I Spy Bad Code – Change Screen.Cursor

Recently, I have seen following code appeared again and again in one of application written in Delphi:

begin

      …
  Screen.Cursor := crHourGlass;
  try
   …

  except
    Screen.Cursor := crDefault;
    …
  end; {try}
  Screen.Cursor := crDefault;
end;

This code works in most of the time, but it does have one issue, it makes an assumption that the cursor was crDefault thus it change the cursor back to default before the end. What if the cursor is not default before entering this code block? We can improve the code as following thus it will restore the cursor to what it is before this code block:

begin

       …

      LSavedCursor  := Screen.Cursor;
  Screen.Cursor := crHourGlass;
  try
    …

  except   
    Screen.Cursor := LSavedCursor;
    …
  end; {try}
  Screen.Cursor := LSavedCursor;
end;

Or more proper way (in my opinion) is to use a try … finally block to protect the code block and it will guarantee the cursor will be restored:

begin

      …

      LSavedCursor := Screen.Cursor;
  Screen.Cursor := crHourGlass;
  try
    try
      …  //doing busy business code insert here

    except
      …
    end; {try}

  finally
    Screen.Cursor := LSavedCursor;

  end;
end;

Can it be improved further? The answer is YES and NO. If you are still using Delphi earlier than Delphi 2009, then the answer is NO, because we are going to use Anonymous Method which was introduced by Delphi 2009 and later version of Delphi.

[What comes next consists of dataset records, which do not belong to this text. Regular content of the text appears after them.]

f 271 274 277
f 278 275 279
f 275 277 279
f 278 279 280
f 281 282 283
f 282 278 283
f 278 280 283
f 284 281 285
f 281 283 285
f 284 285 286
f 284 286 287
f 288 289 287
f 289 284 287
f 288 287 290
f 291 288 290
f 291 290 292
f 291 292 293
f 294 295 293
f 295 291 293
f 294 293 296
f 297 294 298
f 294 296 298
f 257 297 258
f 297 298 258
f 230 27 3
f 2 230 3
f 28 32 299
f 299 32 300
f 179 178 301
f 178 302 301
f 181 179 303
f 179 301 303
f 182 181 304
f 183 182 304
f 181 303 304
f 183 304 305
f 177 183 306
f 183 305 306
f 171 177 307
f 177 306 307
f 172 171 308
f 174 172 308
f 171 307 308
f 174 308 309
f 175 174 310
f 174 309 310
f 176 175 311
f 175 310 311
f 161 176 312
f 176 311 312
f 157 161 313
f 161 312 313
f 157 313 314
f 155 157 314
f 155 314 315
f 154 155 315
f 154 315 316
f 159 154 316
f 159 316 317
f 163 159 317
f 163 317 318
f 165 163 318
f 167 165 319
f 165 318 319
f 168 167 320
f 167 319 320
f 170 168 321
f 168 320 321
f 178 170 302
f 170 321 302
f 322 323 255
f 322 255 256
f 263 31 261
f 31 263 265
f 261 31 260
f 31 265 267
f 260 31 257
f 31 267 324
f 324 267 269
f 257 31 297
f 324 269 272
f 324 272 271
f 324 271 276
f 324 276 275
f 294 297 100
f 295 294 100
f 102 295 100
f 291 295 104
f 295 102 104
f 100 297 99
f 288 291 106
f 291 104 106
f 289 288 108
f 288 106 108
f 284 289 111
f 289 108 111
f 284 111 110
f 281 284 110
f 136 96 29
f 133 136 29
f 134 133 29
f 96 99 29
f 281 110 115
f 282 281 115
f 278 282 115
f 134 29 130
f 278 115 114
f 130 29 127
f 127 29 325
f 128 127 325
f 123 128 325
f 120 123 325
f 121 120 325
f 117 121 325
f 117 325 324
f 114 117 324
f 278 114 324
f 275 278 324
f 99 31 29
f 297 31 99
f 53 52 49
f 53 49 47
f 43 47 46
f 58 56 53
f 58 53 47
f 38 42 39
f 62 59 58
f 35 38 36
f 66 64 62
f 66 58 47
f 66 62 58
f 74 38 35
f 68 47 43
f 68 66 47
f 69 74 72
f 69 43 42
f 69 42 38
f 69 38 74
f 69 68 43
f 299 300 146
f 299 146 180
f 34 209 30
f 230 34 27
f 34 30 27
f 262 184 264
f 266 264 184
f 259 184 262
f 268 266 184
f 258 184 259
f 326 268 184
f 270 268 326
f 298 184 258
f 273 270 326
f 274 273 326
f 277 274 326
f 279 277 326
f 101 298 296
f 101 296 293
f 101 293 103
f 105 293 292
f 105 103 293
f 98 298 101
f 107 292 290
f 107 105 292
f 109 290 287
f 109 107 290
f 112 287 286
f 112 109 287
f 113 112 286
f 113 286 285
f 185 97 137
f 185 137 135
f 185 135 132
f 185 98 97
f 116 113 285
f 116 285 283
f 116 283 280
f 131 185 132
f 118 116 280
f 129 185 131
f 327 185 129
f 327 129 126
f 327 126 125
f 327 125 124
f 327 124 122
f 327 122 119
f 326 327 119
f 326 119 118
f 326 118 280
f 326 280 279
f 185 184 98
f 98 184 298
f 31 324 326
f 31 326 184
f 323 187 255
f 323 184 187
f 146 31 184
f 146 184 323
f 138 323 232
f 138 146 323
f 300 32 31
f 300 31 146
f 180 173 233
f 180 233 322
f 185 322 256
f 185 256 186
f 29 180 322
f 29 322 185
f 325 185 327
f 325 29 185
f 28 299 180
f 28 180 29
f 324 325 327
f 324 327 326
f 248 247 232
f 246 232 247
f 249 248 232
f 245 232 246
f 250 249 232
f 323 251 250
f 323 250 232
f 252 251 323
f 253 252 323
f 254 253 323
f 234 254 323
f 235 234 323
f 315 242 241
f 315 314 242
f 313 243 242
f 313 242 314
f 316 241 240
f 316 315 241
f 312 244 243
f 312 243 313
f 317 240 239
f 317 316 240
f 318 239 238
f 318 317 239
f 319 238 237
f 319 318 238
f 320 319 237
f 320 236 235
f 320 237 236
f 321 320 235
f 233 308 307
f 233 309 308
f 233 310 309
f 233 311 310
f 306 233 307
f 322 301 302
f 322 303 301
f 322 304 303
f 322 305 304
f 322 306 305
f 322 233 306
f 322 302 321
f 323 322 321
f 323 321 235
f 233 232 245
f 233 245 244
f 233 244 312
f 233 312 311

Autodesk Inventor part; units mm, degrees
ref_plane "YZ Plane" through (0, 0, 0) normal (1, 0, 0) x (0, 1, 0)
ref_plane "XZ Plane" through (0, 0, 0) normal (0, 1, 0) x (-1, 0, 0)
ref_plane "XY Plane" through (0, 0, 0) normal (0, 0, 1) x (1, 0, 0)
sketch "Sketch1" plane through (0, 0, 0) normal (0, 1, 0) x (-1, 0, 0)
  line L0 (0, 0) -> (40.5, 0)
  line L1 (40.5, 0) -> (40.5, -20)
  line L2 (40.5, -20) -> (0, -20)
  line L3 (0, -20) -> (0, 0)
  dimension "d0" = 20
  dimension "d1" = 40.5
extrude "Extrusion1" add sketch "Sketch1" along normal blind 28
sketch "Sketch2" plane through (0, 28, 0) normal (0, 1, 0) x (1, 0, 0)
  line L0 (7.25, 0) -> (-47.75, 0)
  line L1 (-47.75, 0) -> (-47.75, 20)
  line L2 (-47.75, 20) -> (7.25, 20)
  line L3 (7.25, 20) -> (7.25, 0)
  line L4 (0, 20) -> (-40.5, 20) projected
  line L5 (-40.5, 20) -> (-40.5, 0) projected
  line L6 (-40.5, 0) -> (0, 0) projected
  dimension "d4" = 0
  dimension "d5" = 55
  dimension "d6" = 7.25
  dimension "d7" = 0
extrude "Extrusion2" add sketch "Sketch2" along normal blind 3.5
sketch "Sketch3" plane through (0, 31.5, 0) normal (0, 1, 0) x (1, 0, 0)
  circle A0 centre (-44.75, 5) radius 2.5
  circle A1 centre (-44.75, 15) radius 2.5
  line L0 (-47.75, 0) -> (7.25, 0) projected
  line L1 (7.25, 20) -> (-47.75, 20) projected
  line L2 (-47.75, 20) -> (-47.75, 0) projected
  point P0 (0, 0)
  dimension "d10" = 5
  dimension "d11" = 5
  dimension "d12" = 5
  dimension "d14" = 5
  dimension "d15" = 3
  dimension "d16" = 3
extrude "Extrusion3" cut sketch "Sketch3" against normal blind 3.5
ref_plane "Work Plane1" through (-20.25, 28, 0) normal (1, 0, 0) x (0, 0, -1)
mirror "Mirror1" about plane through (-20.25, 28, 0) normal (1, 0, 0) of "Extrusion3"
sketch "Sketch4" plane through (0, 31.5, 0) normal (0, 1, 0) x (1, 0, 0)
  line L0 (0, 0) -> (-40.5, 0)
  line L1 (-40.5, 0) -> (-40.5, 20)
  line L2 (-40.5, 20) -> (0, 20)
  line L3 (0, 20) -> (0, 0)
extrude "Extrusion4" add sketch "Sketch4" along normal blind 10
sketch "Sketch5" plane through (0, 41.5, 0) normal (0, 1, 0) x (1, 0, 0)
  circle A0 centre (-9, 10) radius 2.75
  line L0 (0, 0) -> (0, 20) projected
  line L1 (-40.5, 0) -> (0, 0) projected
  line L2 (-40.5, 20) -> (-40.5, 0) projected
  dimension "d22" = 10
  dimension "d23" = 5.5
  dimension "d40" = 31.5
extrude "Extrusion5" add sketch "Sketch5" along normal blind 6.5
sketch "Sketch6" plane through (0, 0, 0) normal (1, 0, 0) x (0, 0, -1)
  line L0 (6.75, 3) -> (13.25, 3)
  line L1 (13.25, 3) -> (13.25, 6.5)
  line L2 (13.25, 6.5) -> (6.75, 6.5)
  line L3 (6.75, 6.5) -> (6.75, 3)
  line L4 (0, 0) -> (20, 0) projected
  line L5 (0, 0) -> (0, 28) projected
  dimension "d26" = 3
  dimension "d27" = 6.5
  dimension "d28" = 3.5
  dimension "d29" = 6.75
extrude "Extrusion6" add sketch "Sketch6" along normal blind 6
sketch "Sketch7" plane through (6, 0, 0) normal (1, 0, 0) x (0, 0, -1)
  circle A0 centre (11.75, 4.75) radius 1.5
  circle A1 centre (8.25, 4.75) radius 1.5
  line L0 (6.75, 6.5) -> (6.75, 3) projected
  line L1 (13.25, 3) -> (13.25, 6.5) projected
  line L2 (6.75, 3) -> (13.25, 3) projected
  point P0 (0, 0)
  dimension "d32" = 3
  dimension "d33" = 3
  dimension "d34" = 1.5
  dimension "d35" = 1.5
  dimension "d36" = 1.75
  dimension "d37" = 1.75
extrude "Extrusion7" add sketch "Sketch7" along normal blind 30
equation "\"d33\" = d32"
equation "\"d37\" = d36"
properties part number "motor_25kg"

With above code, you actually need to define the local variable LSaveCursor in each method in which it has above code, so it is a bit trivial, and you cannot refactoring above code to a method because the actually doing busy business code is vary from method to method, refactoring each doing busy business code to a method and then pass the method’s point will be a over kill approach.  But with anonymous method, we don’t need to refactoring doing busy business code to a method, instead, we can pass the code as an anonymous method.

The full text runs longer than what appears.